● What is being asked:
The entries that follow include a run beginning at the line with "f 157 40 39" and ending at the line with "f 128 127 145"; restate that run word for word and leave the rest out.
[Information supplied — start]
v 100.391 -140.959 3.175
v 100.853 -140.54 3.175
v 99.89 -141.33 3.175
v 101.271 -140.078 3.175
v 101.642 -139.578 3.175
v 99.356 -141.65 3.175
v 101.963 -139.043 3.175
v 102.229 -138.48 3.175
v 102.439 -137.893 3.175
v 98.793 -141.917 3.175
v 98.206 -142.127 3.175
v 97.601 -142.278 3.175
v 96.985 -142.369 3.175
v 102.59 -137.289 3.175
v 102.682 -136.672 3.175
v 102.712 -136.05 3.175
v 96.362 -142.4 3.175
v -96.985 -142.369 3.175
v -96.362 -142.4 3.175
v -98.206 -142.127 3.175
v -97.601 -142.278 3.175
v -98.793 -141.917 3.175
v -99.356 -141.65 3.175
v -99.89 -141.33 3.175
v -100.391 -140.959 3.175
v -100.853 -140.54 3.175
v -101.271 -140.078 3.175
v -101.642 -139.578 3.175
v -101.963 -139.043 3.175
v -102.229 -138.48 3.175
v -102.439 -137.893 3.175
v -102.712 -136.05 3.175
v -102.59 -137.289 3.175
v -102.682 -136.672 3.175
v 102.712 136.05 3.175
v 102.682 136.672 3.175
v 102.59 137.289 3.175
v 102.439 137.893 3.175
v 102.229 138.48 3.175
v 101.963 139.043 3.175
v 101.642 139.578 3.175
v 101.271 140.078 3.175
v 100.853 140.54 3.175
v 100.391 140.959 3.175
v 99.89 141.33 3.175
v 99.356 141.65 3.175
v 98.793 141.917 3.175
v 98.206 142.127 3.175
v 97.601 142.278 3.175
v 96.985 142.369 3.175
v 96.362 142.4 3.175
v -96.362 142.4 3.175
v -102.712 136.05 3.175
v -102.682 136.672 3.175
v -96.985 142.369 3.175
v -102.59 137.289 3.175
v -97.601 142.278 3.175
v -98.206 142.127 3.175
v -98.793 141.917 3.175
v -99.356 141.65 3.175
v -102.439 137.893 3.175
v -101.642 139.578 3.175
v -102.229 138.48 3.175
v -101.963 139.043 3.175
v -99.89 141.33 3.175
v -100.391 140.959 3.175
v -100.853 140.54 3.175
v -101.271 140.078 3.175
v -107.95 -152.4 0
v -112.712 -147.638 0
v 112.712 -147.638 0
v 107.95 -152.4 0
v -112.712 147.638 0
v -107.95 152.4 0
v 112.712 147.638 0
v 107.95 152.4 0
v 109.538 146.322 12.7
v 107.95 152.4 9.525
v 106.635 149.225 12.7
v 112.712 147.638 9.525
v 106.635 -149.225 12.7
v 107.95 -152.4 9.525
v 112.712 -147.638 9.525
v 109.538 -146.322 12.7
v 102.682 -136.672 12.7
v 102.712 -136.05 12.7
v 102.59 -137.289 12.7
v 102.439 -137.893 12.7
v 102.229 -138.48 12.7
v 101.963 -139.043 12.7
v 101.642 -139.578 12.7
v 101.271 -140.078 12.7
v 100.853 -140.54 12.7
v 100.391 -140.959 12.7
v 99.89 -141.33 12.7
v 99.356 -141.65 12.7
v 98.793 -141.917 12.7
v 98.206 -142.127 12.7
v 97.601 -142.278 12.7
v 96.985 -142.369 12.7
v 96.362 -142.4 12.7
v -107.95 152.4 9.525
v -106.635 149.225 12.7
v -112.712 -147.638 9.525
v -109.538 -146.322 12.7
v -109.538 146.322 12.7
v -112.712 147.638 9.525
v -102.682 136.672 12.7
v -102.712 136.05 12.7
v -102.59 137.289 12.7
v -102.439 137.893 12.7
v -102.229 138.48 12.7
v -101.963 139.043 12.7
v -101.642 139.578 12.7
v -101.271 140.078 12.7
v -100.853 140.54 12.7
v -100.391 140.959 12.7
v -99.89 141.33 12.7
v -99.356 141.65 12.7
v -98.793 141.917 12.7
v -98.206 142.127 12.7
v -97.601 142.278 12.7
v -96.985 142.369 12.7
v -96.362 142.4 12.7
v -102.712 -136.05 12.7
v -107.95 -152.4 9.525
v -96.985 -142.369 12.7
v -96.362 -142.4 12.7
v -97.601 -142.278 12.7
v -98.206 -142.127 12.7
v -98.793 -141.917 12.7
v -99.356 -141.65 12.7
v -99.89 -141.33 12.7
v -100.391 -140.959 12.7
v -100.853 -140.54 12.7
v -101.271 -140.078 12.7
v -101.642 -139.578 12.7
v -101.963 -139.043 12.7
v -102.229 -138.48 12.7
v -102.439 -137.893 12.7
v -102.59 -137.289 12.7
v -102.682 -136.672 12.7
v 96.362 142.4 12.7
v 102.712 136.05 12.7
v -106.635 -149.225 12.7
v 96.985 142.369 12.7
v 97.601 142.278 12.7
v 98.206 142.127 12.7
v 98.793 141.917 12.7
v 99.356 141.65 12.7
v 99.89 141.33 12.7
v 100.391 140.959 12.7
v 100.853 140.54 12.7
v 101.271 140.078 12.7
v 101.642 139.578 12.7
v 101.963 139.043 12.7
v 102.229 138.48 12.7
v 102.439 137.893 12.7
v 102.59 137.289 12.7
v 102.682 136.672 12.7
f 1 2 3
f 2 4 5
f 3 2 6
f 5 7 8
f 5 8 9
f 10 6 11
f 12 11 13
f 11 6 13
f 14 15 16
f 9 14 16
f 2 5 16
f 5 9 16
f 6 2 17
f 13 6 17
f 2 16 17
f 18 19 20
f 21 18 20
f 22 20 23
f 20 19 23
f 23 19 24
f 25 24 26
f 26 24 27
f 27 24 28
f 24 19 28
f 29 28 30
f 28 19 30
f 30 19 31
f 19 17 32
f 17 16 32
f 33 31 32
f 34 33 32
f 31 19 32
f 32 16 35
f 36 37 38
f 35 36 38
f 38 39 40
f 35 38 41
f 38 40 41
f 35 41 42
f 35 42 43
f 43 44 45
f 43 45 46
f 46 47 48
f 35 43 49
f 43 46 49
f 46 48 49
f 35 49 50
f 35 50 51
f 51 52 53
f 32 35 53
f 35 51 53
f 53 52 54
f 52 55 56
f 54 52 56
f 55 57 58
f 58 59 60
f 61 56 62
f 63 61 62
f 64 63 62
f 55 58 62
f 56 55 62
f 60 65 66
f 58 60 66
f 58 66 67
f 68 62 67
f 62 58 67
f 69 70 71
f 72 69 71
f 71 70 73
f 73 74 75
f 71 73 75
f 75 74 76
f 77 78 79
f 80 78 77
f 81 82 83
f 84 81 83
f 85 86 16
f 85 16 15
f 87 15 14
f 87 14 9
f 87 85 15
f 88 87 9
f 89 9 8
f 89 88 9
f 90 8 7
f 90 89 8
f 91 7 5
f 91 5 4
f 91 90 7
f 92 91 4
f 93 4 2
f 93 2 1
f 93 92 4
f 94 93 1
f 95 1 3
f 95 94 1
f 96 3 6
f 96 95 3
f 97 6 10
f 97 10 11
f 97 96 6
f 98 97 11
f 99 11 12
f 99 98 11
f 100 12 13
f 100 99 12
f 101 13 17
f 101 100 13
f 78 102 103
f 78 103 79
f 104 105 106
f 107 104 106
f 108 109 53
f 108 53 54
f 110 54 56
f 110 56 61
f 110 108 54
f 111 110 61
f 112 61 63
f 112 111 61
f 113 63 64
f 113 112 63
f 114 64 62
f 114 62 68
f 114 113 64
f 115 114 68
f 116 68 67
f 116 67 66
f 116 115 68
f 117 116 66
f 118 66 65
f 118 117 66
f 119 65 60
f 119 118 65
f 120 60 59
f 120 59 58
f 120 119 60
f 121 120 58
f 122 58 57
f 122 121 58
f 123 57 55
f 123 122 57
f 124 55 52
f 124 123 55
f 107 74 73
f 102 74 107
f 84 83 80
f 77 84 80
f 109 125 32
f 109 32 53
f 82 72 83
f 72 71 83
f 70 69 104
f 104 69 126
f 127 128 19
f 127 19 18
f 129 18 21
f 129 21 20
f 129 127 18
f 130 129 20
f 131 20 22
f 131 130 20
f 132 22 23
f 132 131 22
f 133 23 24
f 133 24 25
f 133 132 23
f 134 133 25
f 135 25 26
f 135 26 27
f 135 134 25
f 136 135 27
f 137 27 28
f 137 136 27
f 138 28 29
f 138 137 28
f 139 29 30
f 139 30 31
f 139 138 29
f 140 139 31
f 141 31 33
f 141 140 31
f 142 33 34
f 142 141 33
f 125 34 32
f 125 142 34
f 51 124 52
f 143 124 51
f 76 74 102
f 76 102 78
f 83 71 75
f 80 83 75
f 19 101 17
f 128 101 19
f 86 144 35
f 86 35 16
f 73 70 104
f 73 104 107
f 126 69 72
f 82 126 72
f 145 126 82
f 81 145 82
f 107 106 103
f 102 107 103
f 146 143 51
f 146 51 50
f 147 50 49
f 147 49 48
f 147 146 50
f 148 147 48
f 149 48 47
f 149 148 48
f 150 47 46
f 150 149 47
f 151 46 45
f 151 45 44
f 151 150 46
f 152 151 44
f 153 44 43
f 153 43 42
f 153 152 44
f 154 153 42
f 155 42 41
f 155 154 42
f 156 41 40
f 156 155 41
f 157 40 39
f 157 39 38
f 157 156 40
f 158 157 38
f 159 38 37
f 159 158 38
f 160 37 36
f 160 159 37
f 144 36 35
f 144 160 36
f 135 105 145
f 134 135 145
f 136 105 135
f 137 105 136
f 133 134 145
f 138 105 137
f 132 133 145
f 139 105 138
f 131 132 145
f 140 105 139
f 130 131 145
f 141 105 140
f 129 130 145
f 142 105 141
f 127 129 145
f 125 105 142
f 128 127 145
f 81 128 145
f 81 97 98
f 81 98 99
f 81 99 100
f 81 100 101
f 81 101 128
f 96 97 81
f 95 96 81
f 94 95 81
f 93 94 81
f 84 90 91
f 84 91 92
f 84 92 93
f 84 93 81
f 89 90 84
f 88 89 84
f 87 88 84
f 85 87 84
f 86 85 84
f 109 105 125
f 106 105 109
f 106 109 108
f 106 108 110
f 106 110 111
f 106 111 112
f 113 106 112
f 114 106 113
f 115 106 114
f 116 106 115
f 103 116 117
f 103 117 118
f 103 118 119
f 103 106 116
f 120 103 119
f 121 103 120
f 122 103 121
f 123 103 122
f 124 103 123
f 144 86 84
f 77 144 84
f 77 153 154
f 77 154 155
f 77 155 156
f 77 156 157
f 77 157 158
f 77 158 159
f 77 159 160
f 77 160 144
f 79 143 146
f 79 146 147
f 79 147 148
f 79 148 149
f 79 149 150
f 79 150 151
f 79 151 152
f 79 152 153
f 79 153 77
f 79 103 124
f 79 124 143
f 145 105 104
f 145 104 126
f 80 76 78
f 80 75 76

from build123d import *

# Parameters (mm, degrees)
SKETCH1_W           = 225.425
SKETCH1_H           = 304.8
BOSS_EXTRUDE1_DEPTH = 12.7
CUT_EXTRUDE1_DEPTH  = 9.525
CHAMFER2_SIZE       = 4.7625
CHAMFER1_SIZE       = 3.175


with BuildPart() as part:
    # Sketch1 → Boss-Extrude1 (new body)
    with BuildSketch(Plane.XY):
        Rectangle(SKETCH1_W, SKETCH1_H)
    extrude(amount=BOSS_EXTRUDE1_DEPTH)

    # Sketch2 → Cut-Extrude1 (cut)
    with BuildSketch(Plane.XY.offset(12.7)):
        with BuildLine():
            Line((96.3625, -142.4), (-96.3625, -142.4))
            ThreePointArc((-96.3625, -142.4), (-100.852628061, -140.540128061), (-102.7125, -136.05))
            Line((-102.7125, -136.05), (-102.7125, 136.05))
            ThreePointArc((-102.7125, 136.05), (-100.852628061, 140.540128061), (-96.3625, 142.4))
            Line((-96.3625, 142.4), (96.3625, 142.4))
            ThreePointArc((96.3625, 142.4), (100.852628061, 140.540128061), (102.7125, 136.05))
            Line((102.7125, 136.05), (102.7125, -136.05))
            ThreePointArc((102.7125, -136.05), (100.852628061, -140.540128061), (96.3625, -142.4))
        make_face()
    extrude(amount=-CUT_EXTRUDE1_DEPTH, mode=Mode.SUBTRACT)

    # Chamfer2
    chamfer2_edges = [part.edges().sort_by_distance(p)[0] for p in [
        (-112.7125, 152.4, 6.35),
        (112.7125, 152.4, 6.35),
        (112.7125, -152.4, 6.35),
        (-112.7125, -152.4, 6.35),
    ]]
    chamfer(chamfer2_edges, length=CHAMFER2_SIZE)

    # Chamfer1
    chamfer1_edges = [part.edges().sort_by_distance(p)[0] for p in [
        (0, -152.4, 12.7),
        (-112.7125, 0, 12.7),
        (112.7125, 0, 12.7),
        (0, 152.4, 12.7),
        (110.33125, 150.01875, 12.7),
        (110.33125, -150.01875, 12.7),
        (-110.33125, 150.01875, 12.7),
        (-110.33125, -150.01875, 12.7),
    ]]
    chamfer(chamfer1_edges, length=CHAMFER1_SIZE)


solid = part.part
[Information supplied — finish]
● Exercise result:
f 157 40 39
f 157 39 38
f 157 156 40
f 158 157 38
f 159 38 37
f 159 158 38
f 160 37 36
f 160 159 37
f 144 36 35
f 144 160 36
f 135 105 145
f 134 135 145
f 136 105 135
f 137 105 136
f 133 134 145
f 138 105 137
f 132 133 145
f 139 105 138
f 131 132 145
f 140 105 139
f 130 131 145
f 141 105 140
f 129 130 145
f 142 105 141
f 127 129 145
f 125 105 142
f 128 127 145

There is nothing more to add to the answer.